[SUPPLIED DATA]

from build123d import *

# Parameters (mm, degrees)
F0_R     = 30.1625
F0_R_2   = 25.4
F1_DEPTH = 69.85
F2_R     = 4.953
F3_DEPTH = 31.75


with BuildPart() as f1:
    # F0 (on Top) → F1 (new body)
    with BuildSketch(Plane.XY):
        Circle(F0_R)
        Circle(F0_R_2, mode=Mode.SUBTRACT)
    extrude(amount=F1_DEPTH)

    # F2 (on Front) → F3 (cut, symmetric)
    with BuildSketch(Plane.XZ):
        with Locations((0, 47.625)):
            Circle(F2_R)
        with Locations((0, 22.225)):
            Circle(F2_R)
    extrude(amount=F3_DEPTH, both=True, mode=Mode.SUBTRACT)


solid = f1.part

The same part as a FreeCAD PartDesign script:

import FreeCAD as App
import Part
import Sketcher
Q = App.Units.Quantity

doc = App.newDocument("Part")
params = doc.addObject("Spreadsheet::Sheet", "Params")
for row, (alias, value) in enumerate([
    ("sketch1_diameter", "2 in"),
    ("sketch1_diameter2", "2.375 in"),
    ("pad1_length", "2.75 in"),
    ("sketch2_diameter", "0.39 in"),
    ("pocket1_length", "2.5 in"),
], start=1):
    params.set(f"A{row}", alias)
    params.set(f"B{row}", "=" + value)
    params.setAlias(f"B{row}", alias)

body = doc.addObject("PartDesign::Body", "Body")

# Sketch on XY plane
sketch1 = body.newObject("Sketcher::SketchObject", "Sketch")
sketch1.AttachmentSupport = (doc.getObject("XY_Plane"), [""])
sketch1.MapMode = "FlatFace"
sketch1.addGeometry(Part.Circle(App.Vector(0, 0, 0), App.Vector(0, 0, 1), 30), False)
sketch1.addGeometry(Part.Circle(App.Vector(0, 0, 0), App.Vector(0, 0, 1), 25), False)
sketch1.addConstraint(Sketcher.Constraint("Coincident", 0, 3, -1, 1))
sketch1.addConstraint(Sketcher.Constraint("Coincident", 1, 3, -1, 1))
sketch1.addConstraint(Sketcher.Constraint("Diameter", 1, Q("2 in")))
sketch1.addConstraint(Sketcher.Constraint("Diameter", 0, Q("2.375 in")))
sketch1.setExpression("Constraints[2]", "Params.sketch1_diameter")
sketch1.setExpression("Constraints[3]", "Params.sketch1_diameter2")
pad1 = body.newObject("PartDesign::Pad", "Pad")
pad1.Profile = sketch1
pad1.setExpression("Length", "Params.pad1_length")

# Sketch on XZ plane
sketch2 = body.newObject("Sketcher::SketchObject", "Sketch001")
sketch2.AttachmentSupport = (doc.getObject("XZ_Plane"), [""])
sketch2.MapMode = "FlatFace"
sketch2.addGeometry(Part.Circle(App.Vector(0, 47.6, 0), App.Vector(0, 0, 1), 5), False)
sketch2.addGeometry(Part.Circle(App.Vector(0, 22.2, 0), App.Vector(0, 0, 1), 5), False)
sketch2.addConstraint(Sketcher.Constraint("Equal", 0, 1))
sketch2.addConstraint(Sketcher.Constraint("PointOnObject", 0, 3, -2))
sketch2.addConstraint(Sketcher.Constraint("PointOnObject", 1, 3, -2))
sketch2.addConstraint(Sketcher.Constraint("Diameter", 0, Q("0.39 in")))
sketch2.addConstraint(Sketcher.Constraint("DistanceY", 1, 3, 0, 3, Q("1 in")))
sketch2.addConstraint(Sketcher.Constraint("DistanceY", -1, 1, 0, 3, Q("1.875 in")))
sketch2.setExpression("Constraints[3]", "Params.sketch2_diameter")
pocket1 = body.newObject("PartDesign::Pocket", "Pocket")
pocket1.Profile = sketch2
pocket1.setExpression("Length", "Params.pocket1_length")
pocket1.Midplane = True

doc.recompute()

[/SUPPLIED DATA]
[SUPPLIED DATA]

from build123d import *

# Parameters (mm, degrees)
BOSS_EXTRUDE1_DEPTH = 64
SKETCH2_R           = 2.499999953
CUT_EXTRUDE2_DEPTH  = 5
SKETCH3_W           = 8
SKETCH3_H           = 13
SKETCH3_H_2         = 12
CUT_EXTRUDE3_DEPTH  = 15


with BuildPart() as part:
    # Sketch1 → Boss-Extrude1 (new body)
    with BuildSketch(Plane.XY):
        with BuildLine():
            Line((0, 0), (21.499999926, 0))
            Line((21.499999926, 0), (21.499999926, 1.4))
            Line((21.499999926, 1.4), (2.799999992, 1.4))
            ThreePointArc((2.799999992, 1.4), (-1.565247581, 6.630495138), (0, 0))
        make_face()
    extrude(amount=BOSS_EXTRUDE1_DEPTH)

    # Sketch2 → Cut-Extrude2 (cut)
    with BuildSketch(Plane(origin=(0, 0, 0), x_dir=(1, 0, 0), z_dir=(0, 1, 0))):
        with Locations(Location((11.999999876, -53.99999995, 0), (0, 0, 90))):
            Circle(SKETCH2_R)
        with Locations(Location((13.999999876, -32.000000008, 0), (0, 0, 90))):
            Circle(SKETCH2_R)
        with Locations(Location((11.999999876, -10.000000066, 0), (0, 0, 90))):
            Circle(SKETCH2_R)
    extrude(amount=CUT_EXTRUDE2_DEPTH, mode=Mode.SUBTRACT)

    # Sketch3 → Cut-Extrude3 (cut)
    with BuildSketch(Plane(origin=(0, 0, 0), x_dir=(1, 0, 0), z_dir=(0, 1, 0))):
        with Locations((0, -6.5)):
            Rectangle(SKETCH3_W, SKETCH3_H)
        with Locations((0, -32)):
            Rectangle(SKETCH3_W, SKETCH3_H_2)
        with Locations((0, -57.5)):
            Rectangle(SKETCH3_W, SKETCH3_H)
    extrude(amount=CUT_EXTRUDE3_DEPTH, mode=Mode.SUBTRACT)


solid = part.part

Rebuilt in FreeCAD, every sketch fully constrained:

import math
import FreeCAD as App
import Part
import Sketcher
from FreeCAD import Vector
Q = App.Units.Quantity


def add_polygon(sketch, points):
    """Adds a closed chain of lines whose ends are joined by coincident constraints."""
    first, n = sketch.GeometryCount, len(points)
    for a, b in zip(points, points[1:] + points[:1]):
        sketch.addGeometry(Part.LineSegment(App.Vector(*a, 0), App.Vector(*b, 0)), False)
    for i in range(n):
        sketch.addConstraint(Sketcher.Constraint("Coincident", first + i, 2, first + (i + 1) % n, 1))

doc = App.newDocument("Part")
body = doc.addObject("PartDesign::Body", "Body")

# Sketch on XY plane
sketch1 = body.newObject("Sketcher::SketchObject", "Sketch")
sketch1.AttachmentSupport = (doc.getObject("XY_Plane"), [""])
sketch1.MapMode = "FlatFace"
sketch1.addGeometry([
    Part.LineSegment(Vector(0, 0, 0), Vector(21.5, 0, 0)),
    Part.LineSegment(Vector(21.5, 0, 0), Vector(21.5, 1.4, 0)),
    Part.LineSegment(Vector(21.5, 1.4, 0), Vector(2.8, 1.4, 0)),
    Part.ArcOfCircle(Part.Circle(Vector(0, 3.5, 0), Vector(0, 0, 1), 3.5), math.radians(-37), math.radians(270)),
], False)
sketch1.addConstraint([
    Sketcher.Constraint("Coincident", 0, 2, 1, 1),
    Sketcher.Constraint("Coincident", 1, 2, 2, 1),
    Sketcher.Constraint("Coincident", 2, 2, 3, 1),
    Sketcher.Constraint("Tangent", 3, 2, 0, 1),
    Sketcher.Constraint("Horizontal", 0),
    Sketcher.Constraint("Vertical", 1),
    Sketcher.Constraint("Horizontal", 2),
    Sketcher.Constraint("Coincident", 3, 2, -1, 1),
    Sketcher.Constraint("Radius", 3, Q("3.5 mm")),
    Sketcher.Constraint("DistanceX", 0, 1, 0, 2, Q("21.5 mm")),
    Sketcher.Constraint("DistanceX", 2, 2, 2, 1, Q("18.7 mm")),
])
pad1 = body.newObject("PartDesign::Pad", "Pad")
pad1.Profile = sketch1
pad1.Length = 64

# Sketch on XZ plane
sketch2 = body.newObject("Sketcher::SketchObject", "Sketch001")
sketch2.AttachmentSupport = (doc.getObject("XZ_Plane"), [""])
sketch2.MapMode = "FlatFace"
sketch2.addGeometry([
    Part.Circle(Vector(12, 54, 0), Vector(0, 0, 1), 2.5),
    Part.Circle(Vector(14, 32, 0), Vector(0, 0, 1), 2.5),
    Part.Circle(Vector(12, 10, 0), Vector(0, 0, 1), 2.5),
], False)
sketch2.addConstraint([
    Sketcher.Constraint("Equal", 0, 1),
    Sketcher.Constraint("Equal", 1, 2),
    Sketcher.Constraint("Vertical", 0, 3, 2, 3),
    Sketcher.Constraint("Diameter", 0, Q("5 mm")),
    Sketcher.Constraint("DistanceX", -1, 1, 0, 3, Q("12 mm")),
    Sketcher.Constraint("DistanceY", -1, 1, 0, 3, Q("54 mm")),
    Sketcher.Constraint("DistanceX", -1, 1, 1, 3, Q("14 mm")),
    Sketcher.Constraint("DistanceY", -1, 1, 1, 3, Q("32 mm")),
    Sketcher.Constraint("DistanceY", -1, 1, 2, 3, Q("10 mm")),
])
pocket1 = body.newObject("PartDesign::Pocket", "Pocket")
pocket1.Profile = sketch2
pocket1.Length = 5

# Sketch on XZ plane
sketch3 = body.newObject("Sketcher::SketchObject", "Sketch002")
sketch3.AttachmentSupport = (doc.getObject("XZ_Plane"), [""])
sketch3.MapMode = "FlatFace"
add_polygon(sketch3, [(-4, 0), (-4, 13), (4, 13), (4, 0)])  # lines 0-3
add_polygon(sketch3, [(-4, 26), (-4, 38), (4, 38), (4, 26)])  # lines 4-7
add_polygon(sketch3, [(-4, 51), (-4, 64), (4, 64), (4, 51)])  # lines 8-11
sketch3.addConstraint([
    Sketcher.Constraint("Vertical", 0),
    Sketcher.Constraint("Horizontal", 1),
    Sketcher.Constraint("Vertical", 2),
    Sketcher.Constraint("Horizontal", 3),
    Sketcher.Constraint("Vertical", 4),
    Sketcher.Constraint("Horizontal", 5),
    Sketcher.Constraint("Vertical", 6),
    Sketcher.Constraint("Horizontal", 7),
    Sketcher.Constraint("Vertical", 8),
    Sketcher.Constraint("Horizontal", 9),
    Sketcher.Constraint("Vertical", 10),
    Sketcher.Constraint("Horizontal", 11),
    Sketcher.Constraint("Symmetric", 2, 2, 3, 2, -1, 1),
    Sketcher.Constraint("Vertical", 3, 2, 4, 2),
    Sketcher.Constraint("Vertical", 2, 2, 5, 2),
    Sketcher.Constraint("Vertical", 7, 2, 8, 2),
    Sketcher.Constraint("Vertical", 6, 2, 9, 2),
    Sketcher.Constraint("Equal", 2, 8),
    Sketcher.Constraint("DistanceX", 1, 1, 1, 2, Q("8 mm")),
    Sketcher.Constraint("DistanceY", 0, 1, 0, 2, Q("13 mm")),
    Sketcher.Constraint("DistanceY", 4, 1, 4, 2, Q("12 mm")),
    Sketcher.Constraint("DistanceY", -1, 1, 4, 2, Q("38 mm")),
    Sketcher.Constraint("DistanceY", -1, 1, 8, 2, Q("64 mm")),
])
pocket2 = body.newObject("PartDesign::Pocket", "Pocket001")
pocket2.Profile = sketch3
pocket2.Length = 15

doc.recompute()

[/SUPPLIED DATA]

TASK: Each line in the listing above from the one containing "Line((21.499999926, 1.4), (2.799999992, 1.4))" through the one containing "Rebuilt in FreeCAD, every" should be repeated exactly, and no other line.

RESULT OF THIS EXERCISE:
            Line((21.499999926, 1.4), (2.799999992, 1.4))
            ThreePointArc((2.799999992, 1.4), (-1.565247581, 6.630495138), (0, 0))
        make_face()
    extrude(amount=BOSS_EXTRUDE1_DEPTH)

    # Sketch2 → Cut-Extrude2 (cut)
    with BuildSketch(Plane(origin=(0, 0, 0), x_dir=(1, 0, 0), z_dir=(0, 1, 0))):
        with Locations(Location((11.999999876, -53.99999995, 0), (0, 0, 90))):
            Circle(SKETCH2_R)
        with Locations(Location((13.999999876, -32.000000008, 0), (0, 0, 90))):
            Circle(SKETCH2_R)
        with Locations(Location((11.999999876, -10.000000066, 0), (0, 0, 90))):
            Circle(SKETCH2_R)
    extrude(amount=CUT_EXTRUDE2_DEPTH, mode=Mode.SUBTRACT)

    # Sketch3 → Cut-Extrude3 (cut)
    with BuildSketch(Plane(origin=(0, 0, 0), x_dir=(1, 0, 0), z_dir=(0, 1, 0))):
        with Locations((0, -6.5)):
            Rectangle(SKETCH3_W, SKETCH3_H)
        with Locations((0, -32)):
            Rectangle(SKETCH3_W, SKETCH3_H_2)
        with Locations((0, -57.5)):
            Rectangle(SKETCH3_W, SKETCH3_H)
    extrude(amount=CUT_EXTRUDE3_DEPTH, mode=Mode.SUBTRACT)


solid = part.part

Rebuilt in FreeCAD, every sketch fully constrained:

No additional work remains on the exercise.